# Are there any code which just derivative of piecewise function(same distence)?

I wrote this code:

Piecewise[{{x^2, 0 <= x <= 1}, {x, x <= 4}}]


and I got its derivative with this code:

D[Piecewise[{{x^2, 0 <= x <= 1}, {x, x <= 4}}], x]

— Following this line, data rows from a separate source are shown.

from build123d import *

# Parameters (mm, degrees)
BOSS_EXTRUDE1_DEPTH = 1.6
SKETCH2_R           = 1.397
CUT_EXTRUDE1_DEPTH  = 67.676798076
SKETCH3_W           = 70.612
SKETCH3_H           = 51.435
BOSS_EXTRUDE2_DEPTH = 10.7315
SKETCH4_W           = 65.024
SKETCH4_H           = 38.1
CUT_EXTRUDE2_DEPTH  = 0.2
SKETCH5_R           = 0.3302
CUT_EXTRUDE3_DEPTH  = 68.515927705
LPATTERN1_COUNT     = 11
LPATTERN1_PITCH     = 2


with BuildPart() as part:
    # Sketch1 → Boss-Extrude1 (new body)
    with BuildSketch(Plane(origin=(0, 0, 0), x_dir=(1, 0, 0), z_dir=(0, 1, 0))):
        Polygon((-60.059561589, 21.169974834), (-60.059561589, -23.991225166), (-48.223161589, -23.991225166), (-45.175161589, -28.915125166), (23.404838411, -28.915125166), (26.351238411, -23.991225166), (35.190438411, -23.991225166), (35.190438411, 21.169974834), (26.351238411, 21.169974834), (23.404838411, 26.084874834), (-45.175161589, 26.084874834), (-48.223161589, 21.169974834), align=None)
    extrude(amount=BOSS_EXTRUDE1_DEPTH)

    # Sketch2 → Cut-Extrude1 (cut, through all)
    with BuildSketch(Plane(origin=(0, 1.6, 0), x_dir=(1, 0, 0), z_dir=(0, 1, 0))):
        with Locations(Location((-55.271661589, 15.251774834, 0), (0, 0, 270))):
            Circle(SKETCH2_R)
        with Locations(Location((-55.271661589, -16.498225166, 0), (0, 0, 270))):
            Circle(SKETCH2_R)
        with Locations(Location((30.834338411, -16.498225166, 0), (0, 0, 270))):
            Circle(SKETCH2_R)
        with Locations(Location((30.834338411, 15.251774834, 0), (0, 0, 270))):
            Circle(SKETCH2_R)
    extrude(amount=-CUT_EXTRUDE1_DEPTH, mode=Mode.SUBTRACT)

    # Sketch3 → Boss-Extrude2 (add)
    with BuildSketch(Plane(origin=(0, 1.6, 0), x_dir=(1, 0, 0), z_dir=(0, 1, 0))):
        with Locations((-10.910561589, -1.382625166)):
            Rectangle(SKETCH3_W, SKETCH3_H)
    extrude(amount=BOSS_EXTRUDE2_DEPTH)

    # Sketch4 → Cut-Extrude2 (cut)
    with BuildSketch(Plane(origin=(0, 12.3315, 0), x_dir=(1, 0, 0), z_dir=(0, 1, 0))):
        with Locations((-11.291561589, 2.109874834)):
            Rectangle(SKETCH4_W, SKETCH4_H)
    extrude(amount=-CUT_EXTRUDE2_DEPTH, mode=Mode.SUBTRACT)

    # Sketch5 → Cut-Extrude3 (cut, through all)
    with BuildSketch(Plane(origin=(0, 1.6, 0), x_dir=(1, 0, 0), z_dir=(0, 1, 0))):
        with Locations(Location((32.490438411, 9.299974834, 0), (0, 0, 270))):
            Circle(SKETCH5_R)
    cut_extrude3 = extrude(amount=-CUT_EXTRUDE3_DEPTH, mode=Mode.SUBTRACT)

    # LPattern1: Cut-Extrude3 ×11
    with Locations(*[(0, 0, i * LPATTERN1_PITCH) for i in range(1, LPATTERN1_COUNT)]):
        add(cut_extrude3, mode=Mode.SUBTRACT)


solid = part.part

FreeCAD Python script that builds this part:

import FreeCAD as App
import Part
import Sketcher
Q = App.Units.Quantity

doc = App.newDocument("Part")
body = doc.addObject("PartDesign::Body", "Body")

sketch1 = doc.addObject("Sketcher::SketchObject", "Sketch")
body.addObject(sketch1)
sketch1.AttachmentSupport = (doc.XZ_Plane, [""])
sketch1.MapMode = "FlatFace"
sketch1.addGeometry([
    Part.LineSegment(App.Vector(-60, -21, 0), App.Vector(-60, 24, 0)),
    Part.LineSegment(App.Vector(-60, 24, 0), App.Vector(-48, 24, 0)),
    Part.LineSegment(App.Vector(-48, 24, 0), App.Vector(-45, 29, 0)),
    Part.LineSegment(App.Vector(-45, 29, 0), App.Vector(23, 29, 0)),
    Part.LineSegment(App.Vector(23, 29, 0), App.Vector(26, 24, 0)),
    Part.LineSegment(App.Vector(26, 24, 0), App.Vector(35, 24, 0)),
    Part.LineSegment(App.Vector(35, 24, 0), App.Vector(35, -21, 0)),
    Part.LineSegment(App.Vector(35, -21, 0), App.Vector(26, -21, 0)),
    Part.LineSegment(App.Vector(26, -21, 0), App.Vector(23, -26, 0)),
    Part.LineSegment(App.Vector(23, -26, 0), App.Vector(-45, -26, 0)),
    Part.LineSegment(App.Vector(-45, -26, 0), App.Vector(-48, -21, 0)),
    Part.LineSegment(App.Vector(-48, -21, 0), App.Vector(-60, -21, 0)),
], False)
sketch1.addConstraint([
    Sketcher.Constraint("Coincident", 0, 2, 1, 1),
    Sketcher.Constraint("Coincident", 1, 2, 2, 1),
    Sketcher.Constraint("Coincident", 2, 2, 3, 1),
    Sketcher.Constraint("Coincident", 3, 2, 4, 1),
    Sketcher.Constraint("Coincident", 4, 2, 5, 1),
    Sketcher.Constraint("Coincident", 5, 2, 6, 1),
    Sketcher.Constraint("Coincident", 6, 2, 7, 1),
    Sketcher.Constraint("Coincident", 7, 2, 8, 1),
    Sketcher.Constraint("Coincident", 8, 2, 9, 1),
    Sketcher.Constraint("Coincident", 9, 2, 10, 1),
    Sketcher.Constraint("Coincident", 10, 2, 11, 1),
    Sketcher.Constraint("Coincident", 11, 2, 0, 1),
    Sketcher.Constraint("Vertical", 0),
    Sketcher.Constraint("Horizontal", 1),
    Sketcher.Constraint("Horizontal", 3),
    Sketcher.Constraint("Horizontal", 5),
    Sketcher.Constraint("Vertical", 6),
    Sketcher.Constraint("Horizontal", 7),
    Sketcher.Constraint("Horizontal", 9),
    Sketcher.Constraint("Horizontal", 11),
    Sketcher.Constraint("Horizontal", 1, 2, 4, 2),
    Sketcher.Constraint("Horizontal", 7, 2, 10, 2),
    Sketcher.Constraint("Vertical", 4, 2, 7, 2),
    Sketcher.Constraint("Vertical", 3, 2, 8, 2),
    Sketcher.Constraint("Vertical", 2, 2, 9, 2),
    Sketcher.Constraint("Vertical", 1, 2, 10, 2),
    Sketcher.Constraint("DistanceX", 3, 1, 3, 2, Q("2.7 in")),
    Sketcher.Constraint("DistanceX", 1, 1, 1, 2, Q("0.466 in")),
    Sketcher.Constraint("DistanceX", 5, 1, 5, 2, Q("0.348 in")),
    Sketcher.Constraint("DistanceY", 0, 1, 0, 2, Q("1.778 in")),
    Sketcher.Constraint("DistanceX", 1, 2, 2, 2, Q("0.12 in")),
    Sketcher.Constraint("DistanceX", 0, 2, 5, 2, Q("3.75 in")),
    Sketcher.Constraint("DistanceY", 8, 2, 7, 2, Q("0.1935 in")),
    Sketcher.Constraint("DistanceY", 1, 2, 2, 2, Q("4.9239 mm")),
    Sketcher.Constraint("DistanceX", 0, 2, -1, 1, Q("60.059562 mm")),
    Sketcher.Constraint("DistanceY", -1, 1, 0, 2, Q("23.991225 mm")),
])
pad1 = doc.addObject("PartDesign::Pad", "Pad")
body.addObject(pad1)
pad1.Profile = sketch1
pad1.Length = 1.6
pad1.Reversed = True

sketch2 = doc.addObject("Sketcher::SketchObject", "Sketch001")
body.addObject(sketch2)
sketch2.AttachmentSupport = (doc.XZ_Plane, [""])
sketch2.MapMode = "FlatFace"
sketch2.AttachmentOffset = App.Placement(App.Vector(0, 0, -1.6), App.Rotation())
sketch2.addGeometry([
    Part.Circle(App.Vector(-55.3, -15.3, 0), App.Vector(0, 0, 1), 1.4),
    Part.Circle(App.Vector(-55.3, 16.5, 0), App.Vector(0, 0, 1), 1.4),
    Part.Circle(App.Vector(30.8, 16.5, 0), App.Vector(0, 0, 1), 1.4),
    Part.Circle(App.Vector(30.8, -15.3, 0), App.Vector(0, 0, 1), 1.4),
], False)
sketch2.addConstraint([
    Sketcher.Constraint("Equal", 0, 1),
    Sketcher.Constraint("Equal", 1, 2),
    Sketcher.Constraint("Equal", 2, 3),
    Sketcher.Constraint("Horizontal", 1, 3, 2, 3),
    Sketcher.Constraint("Horizontal", 0, 3, 3, 3),
    Sketcher.Constraint("Vertical", 0, 3, 1, 3),
    Sketcher.Constraint("Vertical", 2, 3, 3, 3),
    Sketcher.Constraint("Diameter", 0, Q("0.11 in")),
    Sketcher.Constraint("DistanceY", 0, 3, 1, 3, Q("1.25 in")),
    Sketcher.Constraint("DistanceX", 1, 3, 2, 3, Q("3.39 in")),
    Sketcher.Constraint("DistanceX", 0, 3, -1, 1, Q("55.271662 mm")),
    Sketcher.Constraint("DistanceY", 0, 3, -1, 1, Q("15.251775 mm")),
])
pocket1 = doc.addObject("PartDesign::Pocket", "Pocket")
body.addObject(pocket1)
pocket1.Profile = sketch2
pocket1.Type = "ThroughAll"
pocket1.Reversed = True

sketch3 = doc.addObject("Sketcher::SketchObject", "Sketch002")
body.addObject(sketch3)
sketch3.AttachmentSupport = (doc.XZ_Plane, [""])
sketch3.MapMode = "FlatFace"
sketch3.AttachmentOffset = App.Placement(App.Vector(0, 0, -1.6), App.Rotation())
sketch3.addGeometry([
    Part.LineSegment(App.Vector(-46, -24, 0), App.Vector(-46, 27, 0)),
    Part.LineSegment(App.Vector(-46, 27, 0), App.Vector(24, 27, 0)),
    Part.LineSegment(App.Vector(24, 27, 0), App.Vector(24, -24, 0)),
    Part.LineSegment(App.Vector(24, -24, 0), App.Vector(-46, -24, 0)),
], False)
sketch3.addConstraint([
    Sketcher.Constraint("Coincident", 0, 2, 1, 1),
    Sketcher.Constraint("Coincident", 1, 2, 2, 1),
    Sketcher.Constraint("Coincident", 2, 2, 3, 1),
    Sketcher.Constraint("Coincident", 3, 2, 0, 1),
    Sketcher.Constraint("Vertical", 0),
    Sketcher.Constraint("Horizontal", 1),
    Sketcher.Constraint("Vertical", 2),
    Sketcher.Constraint("Horizontal", 3),
    Sketcher.Constraint("DistanceX", 1, 1, 1, 2, Q("2.78 in")),
    Sketcher.Constraint("DistanceY", 0, 1, 0, 2, Q("2.025 in")),
    Sketcher.Constraint("DistanceX", 0, 2, -1, 1, Q("46.216562 mm")),
    Sketcher.Constraint("DistanceY", -1, 1, 0, 2, Q("27.100125 mm")),
])
pad2 = doc.addObject("PartDesign::Pad", "Pad001")
body.addObject(pad2)
pad2.Profile = sketch3
pad2.Length = Q("0.4225 in")
pad2.Reversed = True

sketch4 = doc.addObject("Sketcher::SketchObject", "Sketch003")
body.addObject(sketch4)
sketch4.AttachmentSupport = (doc.XZ_Plane, [""])
sketch4.MapMode = "FlatFace"
sketch4.AttachmentOffset = App.Placement(App.Vector(0, 0, -12.3315), App.Rotation())
sketch4.addGeometry([
    Part.LineSegment(App.Vector(-44, -21, 0), App.Vector(-44, 17, 0)),
    Part.LineSegment(App.Vector(-44, 17, 0), App.Vector(21, 17, 0)),
    Part.LineSegment(App.Vector(21, 17, 0), App.Vector(21, -21, 0)),
    Part.LineSegment(App.Vector(21, -21, 0), App.Vector(-44, -21, 0)),
], False)
sketch4.addConstraint([
    Sketcher.Constraint("Coincident", 0, 2, 1, 1),
    Sketcher.Constraint("Coincident", 1, 2, 2, 1),
    Sketcher.Constraint("Coincident", 2, 2, 3, 1),
    Sketcher.Constraint("Coincident", 3, 2, 0, 1),
    Sketcher.Constraint("Vertical", 0),
    Sketcher.Constraint("Horizontal", 1),
    Sketcher.Constraint("Vertical", 2),
    Sketcher.Constraint("Horizontal", 3),
    Sketcher.Constraint("DistanceY", 0, 1, 0, 2, Q("1.5 in")),
    Sketcher.Constraint("DistanceX", 1, 1, 1, 2, Q("2.56 in")),
    Sketcher.Constraint("DistanceX", 0, 2, -1, 1, Q("43.803562 mm")),
    Sketcher.Constraint("DistanceY", -1, 1, 0, 2, Q("16.940125 mm")),
])
pocket2 = doc.addObject("PartDesign::Pocket", "Pocket001")
body.addObject(pocket2)
pocket2.Profile = sketch4
pocket2.Length = 0.2
pocket2.Reversed = True

sketch5 = doc.addObject("Sketcher::SketchObject", "Sketch004")
body.addObject(sketch5)
sketch5.AttachmentSupport = (doc.XZ_Plane, [""])
sketch5.MapMode = "FlatFace"
sketch5.AttachmentOffset = App.Placement(App.Vector(0, 0, -1.6), App.Rotation())
sketch5.addGeometry(Part.Circle(App.Vector(32.49, -9.3, 0), App.Vector(0, 0, 1), 0.33), False)
sketch5.addConstraint([
    Sketcher.Constraint("Diameter", 0, Q("0.026 in")),
    Sketcher.Constraint("DistanceX", -1, 1, 0, 3, Q("32.490438 mm")),
    Sketcher.Constraint("DistanceY", 0, 3, -1, 1, Q("9.299975 mm")),
])
pocket3 = doc.addObject("PartDesign::Pocket", "Pocket002")
body.addObject(pocket3)
pocket3.Profile = sketch5
pocket3.Type = "ThroughAll"
pocket3.Reversed = True
doc.recompute()

linearpattern = doc.addObject("PartDesign::LinearPattern", "LinearPattern")
body.addObject(linearpattern)
linearpattern.Originals = [pocket3]
linearpattern.Direction = (doc.Z_Axis, [""])
linearpattern.Mode = "offset"
linearpattern.Offset = 2
linearpattern.Occurrences = 11
body.Tip = linearpattern

doc.recompute()
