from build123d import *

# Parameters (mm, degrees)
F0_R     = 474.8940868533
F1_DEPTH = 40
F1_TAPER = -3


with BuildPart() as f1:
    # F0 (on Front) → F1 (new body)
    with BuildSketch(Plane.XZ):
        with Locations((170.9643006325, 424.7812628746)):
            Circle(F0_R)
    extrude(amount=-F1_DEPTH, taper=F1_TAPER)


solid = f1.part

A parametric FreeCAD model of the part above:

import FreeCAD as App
import Part
import Sketcher
Q = App.Units.Quantity

doc = App.newDocument("Part")
body = doc.addObject("PartDesign::Body", "Body")

sketch1 = body.newObject("Sketcher::SketchObject", "Sketch")
sketch1.AttachmentSupport = (doc.getObject("XZ_Plane"), [""])
sketch1.MapMode = "FlatFace"
sketch1.addGeometry(Part.Circle(App.Vector(171, 425, 0), App.Vector(0, 0, 1), 475), False)
sketch1.addConstraint([
    Sketcher.Constraint("Diameter", 0, Q("949.788174 mm")),
    Sketcher.Constraint("DistanceX", -1, 1, 0, 3, Q("170.964301 mm")),
    Sketcher.Constraint("DistanceY", -1, 1, 0, 3, Q("424.781263 mm")),
])
pad1 = body.newObject("PartDesign::Pad", "Pad")
pad1.Profile = sketch1
pad1.Length = 40
pad1.Reversed = True
pad1.TaperAngle = 3

doc.recompute()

But I need derivative just of function, and same distance, i.e. Any suggestion?

## 2 Answers

MapAt[D[#, x] &, Piecewise[{{x^2, 0 <= x <= 1}, {x, x <= 4}}], {{1, ;; , 1}}] Note: this function works for expressions with Head Piecewise. For general expressions that contain Piecewise subexpressions, it can be used with ReplaceAll as follows:

Y[x_] = Piecewise[{{x^2, 0 <= x <= 1}, {x, x <= 4}}]*F +
Piecewise[{{x^4, 0 <= x <= 3}, {x, x <= 6}}]*G;

Y[x] /. pw_Piecewise :> MapAt[D[#, {x, 2}] &, pw, {{1, ;; , 1}}] • I need the same output in picture. For 0<=x<=1, (2x) – bahram Apr 23 '16 at 19:35
• @ kglr If possible for you which describe about {1, ;; , 1}. And If I have Piecewise[{{x^2, 0 <= x <= 1}, {x, 1 <= x <= 4}, {x, 4 <= x <= 5}}] this code is correct, too. – bahram Apr 24 '16 at 13:44
• @bahram, {{i,j,k}} refers to the part {i,j,k}, i.e., "the k th part of the _ j_ th part of i th part" of the object in the second argument of MapAt. ;; is the same as All. For pw= Piecewise[{{x^2, 0 <= x <= 1}, {x, x <= 4}}], you can inspect pw[], pw[[1,2]], pw[[1, 2,1]], pw[[1, ;;,1]] or pw[[1,All,1]] etc to see the parts. Replacing the second argument in MapAt with Piecewise[{{x^2, 0 <= x <= 1}, {x, 1 <= x <= 4}, {x, 4 <= x <= 5}}]  you should get a similar result. – kglr Apr 24 '16 at 14:00
• @ kglr Many many thanks. – bahram Apr 24 '16 at 14:52
• Excuse me, for end comment, what is high order derivative of pw in this code? (For example: D[pw, {t, 3}]). – bahram Apr 24 '16 at 15:12

Using an undocumented function,

Piecewise[Transpose[Reverse[MapAt[D[#, x] &,
InternalFromPiecewise[Piecewise[{{x^2, 0 <= x <= 1}, {x, x <= 4}}]], 2]]]]
Piecewise[{{2 x, 0 <= x <= 1}, {1, x <= 4}}, 0]
`